Os federais também investigam a possível presença de Marcos Martins Camilo, ex-chefe de Gabinete de Wanderley Barbosa. As imagens não foram conclusivas, mas um Toyota Corolla preto, veículo que ele costuma usar, foi identificado na região.
Os investigadores lembram que, em fases anteriores da Operação Fames-19, Marcos foi flagrado movimentando dinheiro em espécie, pagando boletos de interesse do governador e administrando contas pessoais de Wanderley.
A presença de um veículo Honda Civic também chamou atenção dos federais. O carro pertence a Yasmin Sotero Lustosa, filha da primeira-dama Karynne Sotero com o empresário Paulo César Lustosa Limeira, apontado como lobista do esquema de compras superfaturadas de cestas básicas para o governo do Tocantins (gestão Wanderley).
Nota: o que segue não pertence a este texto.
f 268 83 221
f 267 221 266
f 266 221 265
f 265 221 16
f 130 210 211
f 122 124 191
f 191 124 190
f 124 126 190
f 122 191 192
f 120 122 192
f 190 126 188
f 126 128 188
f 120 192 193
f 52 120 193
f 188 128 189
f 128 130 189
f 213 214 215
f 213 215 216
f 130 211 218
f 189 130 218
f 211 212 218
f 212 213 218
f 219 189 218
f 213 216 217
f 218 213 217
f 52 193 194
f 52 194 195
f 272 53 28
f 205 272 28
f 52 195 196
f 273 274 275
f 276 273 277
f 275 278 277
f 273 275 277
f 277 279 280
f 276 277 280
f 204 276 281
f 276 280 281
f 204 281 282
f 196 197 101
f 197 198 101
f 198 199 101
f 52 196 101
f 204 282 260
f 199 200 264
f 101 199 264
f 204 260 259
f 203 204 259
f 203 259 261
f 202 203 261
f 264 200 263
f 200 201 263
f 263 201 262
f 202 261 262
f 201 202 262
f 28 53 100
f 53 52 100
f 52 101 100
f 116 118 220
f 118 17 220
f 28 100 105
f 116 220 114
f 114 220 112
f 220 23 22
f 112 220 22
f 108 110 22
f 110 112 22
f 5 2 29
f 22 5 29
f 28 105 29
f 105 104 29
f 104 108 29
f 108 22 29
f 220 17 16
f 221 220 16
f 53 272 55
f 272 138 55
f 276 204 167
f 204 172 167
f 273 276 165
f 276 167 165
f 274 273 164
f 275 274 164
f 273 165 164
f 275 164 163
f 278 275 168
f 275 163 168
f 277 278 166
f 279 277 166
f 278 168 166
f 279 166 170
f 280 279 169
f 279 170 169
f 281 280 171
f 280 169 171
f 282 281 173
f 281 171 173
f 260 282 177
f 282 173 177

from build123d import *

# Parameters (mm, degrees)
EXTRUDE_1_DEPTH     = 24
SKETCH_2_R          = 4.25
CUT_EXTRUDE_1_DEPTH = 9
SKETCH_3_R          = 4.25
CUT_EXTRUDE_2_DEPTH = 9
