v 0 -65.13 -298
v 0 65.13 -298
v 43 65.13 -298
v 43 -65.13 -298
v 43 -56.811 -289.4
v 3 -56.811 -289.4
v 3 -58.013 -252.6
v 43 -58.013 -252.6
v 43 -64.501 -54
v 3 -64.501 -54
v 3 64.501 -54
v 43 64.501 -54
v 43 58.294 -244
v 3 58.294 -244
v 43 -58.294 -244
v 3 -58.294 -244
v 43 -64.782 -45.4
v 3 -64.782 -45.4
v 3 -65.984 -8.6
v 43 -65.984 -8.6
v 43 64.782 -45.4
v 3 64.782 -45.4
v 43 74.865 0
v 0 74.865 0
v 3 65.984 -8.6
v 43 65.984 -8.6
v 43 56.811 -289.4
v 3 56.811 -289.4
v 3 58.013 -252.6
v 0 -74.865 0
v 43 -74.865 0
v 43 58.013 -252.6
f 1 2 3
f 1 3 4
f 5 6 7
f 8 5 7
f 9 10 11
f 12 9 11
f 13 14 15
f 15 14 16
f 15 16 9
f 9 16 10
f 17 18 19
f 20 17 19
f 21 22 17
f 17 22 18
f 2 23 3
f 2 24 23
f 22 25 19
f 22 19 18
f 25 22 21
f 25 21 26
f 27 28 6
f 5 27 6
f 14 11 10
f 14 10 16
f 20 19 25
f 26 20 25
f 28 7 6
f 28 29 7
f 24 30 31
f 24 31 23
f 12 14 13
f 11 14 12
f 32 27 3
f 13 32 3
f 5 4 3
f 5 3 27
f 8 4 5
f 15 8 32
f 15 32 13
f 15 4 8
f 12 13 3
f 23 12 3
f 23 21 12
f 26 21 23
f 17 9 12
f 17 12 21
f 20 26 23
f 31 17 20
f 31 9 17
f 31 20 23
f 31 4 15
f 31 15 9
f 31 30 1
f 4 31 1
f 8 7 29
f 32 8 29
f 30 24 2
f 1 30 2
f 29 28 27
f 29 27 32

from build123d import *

# Parameters (mm, degrees)
BOSS_EXTRUDE1_DEPTH = 3
BOSS_EXTRUDE2_DEPTH = 40


with BuildPart() as part:
    # Sketch1 → Boss-Extrude1 (new body)
    with BuildSketch(Plane(origin=(0, 0, 0), x_dir=(0, 0, -1), z_dir=(1, 0, 0))):
        Polygon((0, 74.865), (0, -74.865), (298, -65.13), (298, 65.13), align=None)
    extrude(amount=BOSS_EXTRUDE1_DEPTH)

    # Sketch2 → Boss-Extrude2 (add)
    with BuildSketch(Plane(origin=(3, 0, 0), x_dir=(0, 0, -1), z_dir=(1, 0, 0))):
        Polygon((0, 74.865), (298, 65.13), (298, 56.53), (298, 0), (289.4, 0), (289.4, 56.810942953), (252.6, 58.01311745), (252.6, 0), (244, 0), (244, 58.294060403), (54, 64.500939597), (54, 0), (45.4, 0), (45.4, 64.78188255), (8.6, 65.984057047), (8.6, 0), (0, 0), (0, 66.265), align=None)
    boss_extrude2 = extrude(amount=BOSS_EXTRUDE2_DEPTH)

    # Mirror1: Boss-Extrude2 across plane
    add(boss_extrude2.mirror(Plane(origin=(43, 0, -45.4), x_dir=(0, 0, 1), z_dir=(0, 1, 0))))


solid = part.part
Karynne e Lustosa são investigados em outros inquéritos.
Para a PF, Yasmin teria ciência das ações e pode ter ajudado no transporte e na ocultação de materiais relevantes à investigação.
COM A PALAVRA, A DEFESA DO GOVERNADOR
"O governador Wanderlei Barbosa recebeu com estranheza mais uma operação da Polícia Federal no momento em que aumenta a expectativa pelo julgamento do Habeas Corpus que pode devolvê-lo ao cargo.
Ao mesmo tempo, reitera a sua disponibilidade para colaborar com as investigações e mantém a sua confiança na justiça e nas instituições."
COM A PALAVRA, OUTROS CITADOS
A reportagem do Estadão busca contato com as defesas de todos os citados na investigação. O espaço está aberto para manifestação.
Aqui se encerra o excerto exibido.